Only the lines below between the ones containing "#73=EDGE_CURVE('',#65,#70,#72,.T.);" and "#84=ORIENTED_EDGE('',*,*,#83,.T.);", inclusive, are to be reproduced, each exactly as it stands.

=== Stored items ===
Content starts

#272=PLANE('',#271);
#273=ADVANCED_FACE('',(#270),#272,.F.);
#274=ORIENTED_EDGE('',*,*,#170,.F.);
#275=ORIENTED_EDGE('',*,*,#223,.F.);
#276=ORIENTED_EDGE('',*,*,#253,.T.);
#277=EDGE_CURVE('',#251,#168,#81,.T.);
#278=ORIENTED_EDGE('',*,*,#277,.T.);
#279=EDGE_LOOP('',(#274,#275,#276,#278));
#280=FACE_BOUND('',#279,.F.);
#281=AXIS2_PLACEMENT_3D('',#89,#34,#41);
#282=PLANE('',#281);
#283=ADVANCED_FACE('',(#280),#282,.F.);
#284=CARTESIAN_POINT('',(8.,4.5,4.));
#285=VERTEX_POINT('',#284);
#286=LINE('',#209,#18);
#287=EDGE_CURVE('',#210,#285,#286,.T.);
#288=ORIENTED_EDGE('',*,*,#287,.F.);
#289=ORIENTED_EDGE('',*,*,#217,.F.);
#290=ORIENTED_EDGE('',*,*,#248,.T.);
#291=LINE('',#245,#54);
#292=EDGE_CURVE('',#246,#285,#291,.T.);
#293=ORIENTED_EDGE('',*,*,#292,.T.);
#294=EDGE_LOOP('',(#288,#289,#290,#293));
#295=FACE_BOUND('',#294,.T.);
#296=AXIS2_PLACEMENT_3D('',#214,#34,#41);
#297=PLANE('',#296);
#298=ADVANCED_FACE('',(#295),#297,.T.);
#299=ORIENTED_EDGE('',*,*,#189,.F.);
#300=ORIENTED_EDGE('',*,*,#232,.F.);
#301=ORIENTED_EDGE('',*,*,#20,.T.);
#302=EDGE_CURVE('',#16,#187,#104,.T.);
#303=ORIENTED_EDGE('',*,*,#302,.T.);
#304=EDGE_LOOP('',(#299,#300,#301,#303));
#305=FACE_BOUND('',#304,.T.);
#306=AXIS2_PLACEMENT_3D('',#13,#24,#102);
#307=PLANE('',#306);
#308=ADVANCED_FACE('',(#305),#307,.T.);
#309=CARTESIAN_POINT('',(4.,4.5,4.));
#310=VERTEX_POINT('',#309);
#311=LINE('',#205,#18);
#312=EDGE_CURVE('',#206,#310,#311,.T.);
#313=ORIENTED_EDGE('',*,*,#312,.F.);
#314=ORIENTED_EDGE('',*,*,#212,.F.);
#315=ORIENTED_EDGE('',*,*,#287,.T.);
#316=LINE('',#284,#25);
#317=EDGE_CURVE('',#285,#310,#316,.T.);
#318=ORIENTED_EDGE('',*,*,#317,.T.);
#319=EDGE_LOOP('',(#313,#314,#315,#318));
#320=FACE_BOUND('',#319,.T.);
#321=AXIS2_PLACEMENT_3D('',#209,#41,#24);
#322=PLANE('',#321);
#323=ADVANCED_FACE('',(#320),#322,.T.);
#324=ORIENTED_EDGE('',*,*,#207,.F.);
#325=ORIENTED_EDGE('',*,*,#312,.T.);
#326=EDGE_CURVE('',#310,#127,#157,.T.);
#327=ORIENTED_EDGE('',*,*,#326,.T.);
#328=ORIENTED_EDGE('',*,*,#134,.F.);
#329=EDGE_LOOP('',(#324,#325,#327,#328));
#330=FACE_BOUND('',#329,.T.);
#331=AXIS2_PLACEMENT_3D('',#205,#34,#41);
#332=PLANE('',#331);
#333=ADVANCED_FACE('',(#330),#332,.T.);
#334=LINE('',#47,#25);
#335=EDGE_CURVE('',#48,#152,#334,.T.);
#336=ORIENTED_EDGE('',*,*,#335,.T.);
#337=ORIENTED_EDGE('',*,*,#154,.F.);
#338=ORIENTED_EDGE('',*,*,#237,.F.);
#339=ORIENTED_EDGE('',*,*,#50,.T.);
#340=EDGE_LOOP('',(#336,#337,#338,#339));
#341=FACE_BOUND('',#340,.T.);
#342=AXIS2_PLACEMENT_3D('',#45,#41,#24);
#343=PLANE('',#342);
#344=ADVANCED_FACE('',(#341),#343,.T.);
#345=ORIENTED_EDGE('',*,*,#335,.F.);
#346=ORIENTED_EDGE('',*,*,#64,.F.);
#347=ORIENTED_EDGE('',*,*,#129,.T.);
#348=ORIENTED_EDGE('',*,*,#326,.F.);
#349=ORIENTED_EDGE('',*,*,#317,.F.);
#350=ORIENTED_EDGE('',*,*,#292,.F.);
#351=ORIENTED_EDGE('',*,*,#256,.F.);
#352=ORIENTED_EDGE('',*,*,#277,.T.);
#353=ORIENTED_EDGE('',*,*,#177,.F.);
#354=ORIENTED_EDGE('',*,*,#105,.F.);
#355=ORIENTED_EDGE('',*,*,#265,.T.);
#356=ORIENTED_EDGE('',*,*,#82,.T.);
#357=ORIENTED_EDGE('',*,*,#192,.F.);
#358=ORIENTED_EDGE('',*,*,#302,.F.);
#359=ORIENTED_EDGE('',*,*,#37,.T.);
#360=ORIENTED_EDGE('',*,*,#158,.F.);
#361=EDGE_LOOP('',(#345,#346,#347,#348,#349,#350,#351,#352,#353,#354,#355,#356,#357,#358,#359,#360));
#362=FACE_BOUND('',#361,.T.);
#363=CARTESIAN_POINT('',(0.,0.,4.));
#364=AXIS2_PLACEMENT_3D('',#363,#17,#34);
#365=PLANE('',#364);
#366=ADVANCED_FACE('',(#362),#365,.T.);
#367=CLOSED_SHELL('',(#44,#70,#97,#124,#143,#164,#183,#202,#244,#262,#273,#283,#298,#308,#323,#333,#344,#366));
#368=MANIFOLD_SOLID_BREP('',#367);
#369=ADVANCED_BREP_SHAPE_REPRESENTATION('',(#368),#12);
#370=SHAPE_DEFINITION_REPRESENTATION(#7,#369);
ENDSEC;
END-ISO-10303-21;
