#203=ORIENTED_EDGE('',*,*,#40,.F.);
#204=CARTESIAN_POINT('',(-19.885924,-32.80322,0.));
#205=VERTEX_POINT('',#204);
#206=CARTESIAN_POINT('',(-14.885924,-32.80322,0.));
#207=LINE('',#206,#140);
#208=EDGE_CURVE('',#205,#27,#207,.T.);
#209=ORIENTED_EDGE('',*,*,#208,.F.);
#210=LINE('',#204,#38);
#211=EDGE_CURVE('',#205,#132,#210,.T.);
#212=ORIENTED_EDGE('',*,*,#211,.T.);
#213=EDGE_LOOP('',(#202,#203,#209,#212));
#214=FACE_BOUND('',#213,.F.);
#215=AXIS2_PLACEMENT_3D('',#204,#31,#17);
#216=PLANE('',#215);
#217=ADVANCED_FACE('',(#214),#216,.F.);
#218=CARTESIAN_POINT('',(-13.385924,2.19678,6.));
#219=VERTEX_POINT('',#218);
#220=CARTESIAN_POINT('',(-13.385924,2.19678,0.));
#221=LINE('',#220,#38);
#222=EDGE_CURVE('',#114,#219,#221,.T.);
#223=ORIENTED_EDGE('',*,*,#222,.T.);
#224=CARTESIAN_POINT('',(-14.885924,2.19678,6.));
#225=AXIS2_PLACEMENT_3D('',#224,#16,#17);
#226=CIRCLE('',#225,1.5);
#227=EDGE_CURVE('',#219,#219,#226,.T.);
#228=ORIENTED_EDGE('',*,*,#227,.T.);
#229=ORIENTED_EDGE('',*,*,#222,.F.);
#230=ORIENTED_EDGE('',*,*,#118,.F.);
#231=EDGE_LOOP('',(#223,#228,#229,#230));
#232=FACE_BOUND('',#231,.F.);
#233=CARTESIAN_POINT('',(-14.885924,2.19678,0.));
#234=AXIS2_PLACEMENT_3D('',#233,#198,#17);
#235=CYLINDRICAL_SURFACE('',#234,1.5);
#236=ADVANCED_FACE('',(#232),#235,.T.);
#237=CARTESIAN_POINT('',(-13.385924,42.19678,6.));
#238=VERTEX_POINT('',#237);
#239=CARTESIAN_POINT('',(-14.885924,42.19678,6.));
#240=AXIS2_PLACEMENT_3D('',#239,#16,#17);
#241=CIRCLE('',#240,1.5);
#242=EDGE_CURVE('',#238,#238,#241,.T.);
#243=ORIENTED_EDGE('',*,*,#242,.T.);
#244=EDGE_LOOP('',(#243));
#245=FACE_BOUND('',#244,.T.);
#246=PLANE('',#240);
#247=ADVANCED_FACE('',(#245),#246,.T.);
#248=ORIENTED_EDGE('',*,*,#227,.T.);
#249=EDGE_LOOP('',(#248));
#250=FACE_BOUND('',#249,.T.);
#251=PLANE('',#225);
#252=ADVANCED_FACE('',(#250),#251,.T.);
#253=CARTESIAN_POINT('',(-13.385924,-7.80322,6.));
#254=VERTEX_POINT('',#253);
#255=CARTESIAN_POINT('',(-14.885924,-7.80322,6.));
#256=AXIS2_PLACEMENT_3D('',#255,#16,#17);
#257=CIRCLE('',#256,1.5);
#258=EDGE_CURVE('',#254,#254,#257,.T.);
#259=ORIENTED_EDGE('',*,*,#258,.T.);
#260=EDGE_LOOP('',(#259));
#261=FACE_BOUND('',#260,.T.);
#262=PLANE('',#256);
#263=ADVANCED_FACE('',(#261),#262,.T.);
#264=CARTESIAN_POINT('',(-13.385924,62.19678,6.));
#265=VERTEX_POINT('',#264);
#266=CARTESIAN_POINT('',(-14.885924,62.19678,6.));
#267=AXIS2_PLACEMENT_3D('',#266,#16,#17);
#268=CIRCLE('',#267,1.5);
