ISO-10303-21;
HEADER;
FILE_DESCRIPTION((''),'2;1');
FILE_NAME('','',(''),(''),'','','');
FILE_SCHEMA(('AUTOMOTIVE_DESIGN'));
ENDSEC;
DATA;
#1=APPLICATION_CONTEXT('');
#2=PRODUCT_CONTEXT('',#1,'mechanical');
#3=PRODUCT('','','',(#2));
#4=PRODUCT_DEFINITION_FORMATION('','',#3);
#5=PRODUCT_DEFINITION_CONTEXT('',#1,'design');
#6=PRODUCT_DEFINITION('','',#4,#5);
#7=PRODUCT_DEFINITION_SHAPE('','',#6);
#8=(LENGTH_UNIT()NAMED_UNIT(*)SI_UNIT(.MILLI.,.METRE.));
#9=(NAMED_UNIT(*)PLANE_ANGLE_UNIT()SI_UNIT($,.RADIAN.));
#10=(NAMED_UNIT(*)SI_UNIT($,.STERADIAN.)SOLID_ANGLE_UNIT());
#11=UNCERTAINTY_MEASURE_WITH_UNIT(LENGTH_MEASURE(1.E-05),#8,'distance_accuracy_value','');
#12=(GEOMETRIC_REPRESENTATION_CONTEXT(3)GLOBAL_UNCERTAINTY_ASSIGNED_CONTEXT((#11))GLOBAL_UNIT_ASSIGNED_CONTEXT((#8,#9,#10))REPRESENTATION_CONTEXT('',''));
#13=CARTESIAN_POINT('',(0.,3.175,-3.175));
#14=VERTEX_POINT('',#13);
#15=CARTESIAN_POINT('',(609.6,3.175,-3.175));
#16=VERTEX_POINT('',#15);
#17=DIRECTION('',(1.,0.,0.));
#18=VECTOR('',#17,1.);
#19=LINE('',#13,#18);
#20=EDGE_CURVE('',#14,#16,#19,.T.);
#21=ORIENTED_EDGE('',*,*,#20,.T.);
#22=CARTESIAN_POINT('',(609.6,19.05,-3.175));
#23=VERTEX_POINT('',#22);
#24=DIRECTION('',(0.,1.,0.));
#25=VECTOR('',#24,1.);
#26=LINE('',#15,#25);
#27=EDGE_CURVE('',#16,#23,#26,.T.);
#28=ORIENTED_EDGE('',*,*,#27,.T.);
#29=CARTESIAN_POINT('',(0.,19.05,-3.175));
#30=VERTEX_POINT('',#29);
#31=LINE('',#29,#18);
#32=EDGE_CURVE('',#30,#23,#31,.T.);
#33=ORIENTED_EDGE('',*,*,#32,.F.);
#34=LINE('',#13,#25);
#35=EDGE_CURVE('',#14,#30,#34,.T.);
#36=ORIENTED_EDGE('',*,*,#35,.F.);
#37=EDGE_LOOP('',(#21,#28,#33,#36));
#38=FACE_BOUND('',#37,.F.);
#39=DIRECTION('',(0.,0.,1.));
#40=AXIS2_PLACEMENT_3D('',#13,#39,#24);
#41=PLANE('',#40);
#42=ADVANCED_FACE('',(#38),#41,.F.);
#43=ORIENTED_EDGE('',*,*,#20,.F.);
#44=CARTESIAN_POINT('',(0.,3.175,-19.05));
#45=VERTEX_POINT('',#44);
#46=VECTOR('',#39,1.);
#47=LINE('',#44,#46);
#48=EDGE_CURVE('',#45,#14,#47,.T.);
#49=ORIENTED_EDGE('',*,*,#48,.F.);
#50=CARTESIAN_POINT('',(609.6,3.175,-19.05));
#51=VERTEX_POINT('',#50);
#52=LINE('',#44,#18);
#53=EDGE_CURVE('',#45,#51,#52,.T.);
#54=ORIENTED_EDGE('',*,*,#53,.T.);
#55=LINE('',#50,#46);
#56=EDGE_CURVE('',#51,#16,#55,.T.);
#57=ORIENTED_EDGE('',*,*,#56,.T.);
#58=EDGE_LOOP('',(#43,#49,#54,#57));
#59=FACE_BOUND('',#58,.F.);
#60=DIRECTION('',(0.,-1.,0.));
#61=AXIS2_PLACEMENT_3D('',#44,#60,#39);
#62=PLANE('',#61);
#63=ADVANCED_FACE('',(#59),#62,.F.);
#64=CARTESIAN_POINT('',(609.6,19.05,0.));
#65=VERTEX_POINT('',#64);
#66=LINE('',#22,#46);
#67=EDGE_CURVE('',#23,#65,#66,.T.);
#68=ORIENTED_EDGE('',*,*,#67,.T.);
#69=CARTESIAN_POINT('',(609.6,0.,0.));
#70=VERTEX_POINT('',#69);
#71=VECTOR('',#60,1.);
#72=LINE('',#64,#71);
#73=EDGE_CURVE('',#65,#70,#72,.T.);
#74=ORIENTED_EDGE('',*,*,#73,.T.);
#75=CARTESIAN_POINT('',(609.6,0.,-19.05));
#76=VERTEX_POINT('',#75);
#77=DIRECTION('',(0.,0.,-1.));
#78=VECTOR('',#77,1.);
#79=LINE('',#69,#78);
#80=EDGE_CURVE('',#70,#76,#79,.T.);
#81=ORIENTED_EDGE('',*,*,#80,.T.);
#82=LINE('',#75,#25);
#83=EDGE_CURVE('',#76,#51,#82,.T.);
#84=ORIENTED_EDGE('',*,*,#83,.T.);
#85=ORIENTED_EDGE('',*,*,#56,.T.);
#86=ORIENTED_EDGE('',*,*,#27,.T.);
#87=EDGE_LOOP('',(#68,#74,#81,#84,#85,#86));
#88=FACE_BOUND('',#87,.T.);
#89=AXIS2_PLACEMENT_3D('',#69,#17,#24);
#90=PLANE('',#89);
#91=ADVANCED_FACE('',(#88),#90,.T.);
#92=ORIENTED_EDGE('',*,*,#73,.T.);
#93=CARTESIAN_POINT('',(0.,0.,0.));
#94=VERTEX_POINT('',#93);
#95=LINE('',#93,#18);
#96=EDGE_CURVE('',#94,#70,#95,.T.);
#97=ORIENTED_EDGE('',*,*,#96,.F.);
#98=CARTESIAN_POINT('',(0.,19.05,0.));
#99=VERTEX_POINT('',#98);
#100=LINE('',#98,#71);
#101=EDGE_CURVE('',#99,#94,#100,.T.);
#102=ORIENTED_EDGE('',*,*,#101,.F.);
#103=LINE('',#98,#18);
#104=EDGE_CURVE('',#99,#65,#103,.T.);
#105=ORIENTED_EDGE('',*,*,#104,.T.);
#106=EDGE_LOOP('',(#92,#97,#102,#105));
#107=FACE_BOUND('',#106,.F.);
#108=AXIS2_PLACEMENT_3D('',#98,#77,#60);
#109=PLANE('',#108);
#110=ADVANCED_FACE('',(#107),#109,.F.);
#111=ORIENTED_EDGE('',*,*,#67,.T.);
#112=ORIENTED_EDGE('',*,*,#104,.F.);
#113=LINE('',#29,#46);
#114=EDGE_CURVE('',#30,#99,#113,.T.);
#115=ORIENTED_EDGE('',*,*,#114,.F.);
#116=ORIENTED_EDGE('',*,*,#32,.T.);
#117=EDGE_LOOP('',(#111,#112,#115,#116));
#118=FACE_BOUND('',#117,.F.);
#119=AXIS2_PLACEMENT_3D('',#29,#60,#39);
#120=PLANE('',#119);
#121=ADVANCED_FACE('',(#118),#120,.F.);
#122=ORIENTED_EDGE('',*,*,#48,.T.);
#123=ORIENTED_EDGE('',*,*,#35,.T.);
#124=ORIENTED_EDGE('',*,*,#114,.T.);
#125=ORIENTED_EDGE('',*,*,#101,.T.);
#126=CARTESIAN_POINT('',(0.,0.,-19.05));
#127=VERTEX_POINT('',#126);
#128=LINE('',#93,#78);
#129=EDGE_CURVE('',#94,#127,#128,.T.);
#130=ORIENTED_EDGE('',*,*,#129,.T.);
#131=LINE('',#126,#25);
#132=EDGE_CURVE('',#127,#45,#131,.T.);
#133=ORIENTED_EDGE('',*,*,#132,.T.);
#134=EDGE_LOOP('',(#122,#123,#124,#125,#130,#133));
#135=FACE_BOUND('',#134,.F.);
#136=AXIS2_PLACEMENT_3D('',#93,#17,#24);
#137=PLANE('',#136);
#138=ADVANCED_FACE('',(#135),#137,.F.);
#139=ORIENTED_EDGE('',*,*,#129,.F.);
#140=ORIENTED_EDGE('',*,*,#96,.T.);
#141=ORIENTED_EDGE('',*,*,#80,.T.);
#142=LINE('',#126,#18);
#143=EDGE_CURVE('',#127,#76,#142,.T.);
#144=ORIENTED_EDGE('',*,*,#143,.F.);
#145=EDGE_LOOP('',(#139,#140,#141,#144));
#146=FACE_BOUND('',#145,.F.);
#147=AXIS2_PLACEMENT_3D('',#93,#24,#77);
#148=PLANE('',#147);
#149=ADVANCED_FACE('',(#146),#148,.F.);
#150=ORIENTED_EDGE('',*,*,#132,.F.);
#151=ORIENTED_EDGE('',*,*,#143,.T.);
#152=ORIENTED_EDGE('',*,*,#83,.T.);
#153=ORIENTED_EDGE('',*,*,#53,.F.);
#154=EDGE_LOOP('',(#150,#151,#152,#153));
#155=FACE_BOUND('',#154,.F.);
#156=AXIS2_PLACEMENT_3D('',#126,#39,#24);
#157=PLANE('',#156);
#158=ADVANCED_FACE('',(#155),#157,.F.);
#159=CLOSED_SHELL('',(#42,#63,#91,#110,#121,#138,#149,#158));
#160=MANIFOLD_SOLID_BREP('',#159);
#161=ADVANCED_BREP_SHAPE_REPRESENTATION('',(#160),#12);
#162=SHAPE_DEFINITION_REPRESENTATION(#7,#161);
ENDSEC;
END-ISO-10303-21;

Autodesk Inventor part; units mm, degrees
ref_plane "YZ Plane" through (0, 0, 0) normal (1, 0, 0) x (0, 1, 0)
ref_plane "XZ Plane" through (0, 0, 0) normal (0, 1, 0) x (-1, 0, 0)
ref_plane "XY Plane" through (0, 0, 0) normal (0, 0, 1) x (1, 0, 0)
sketch "Sketch1" plane through (0, 0, 0) normal (1, 0, 0) x (0, 1, 0)
  line L0 (0, 0) -> (0, -19.05)
  line L1 (0, -19.05) -> (3.175, -19.05)
  line L2 (3.175, -19.05) -> (3.175, -3.175)
  line L3 (3.175, -3.175) -> (19.05, -3.175)
  line L4 (19.05, -3.175) -> (19.05, 0)
  line L5 (19.05, 0) -> (0, 0)
  dimension "d0" = 19.05
  dimension "d1" = 3.175
  dimension "d2" = 15.875
  dimension "d3" = 15.875
extrude "Extrusion1" add sketch "Sketch1" along normal blind 609.6
properties part number "LatL24T"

Content ends

=== SOLUTION TO THE EXERCISE ===
#73=EDGE_CURVE('',#65,#70,#72,.T.);
#74=ORIENTED_EDGE('',*,*,#73,.T.);
#75=CARTESIAN_POINT('',(609.6,0.,-19.05));
#76=VERTEX_POINT('',#75);
#77=DIRECTION('',(0.,0.,-1.));
#78=VECTOR('',#77,1.);
#79=LINE('',#69,#78);
#80=EDGE_CURVE('',#70,#76,#79,.T.);
#81=ORIENTED_EDGE('',*,*,#80,.T.);
#82=LINE('',#75,#25);
#83=EDGE_CURVE('',#76,#51,#82,.T.);
#84=ORIENTED_EDGE('',*,*,#83,.T.);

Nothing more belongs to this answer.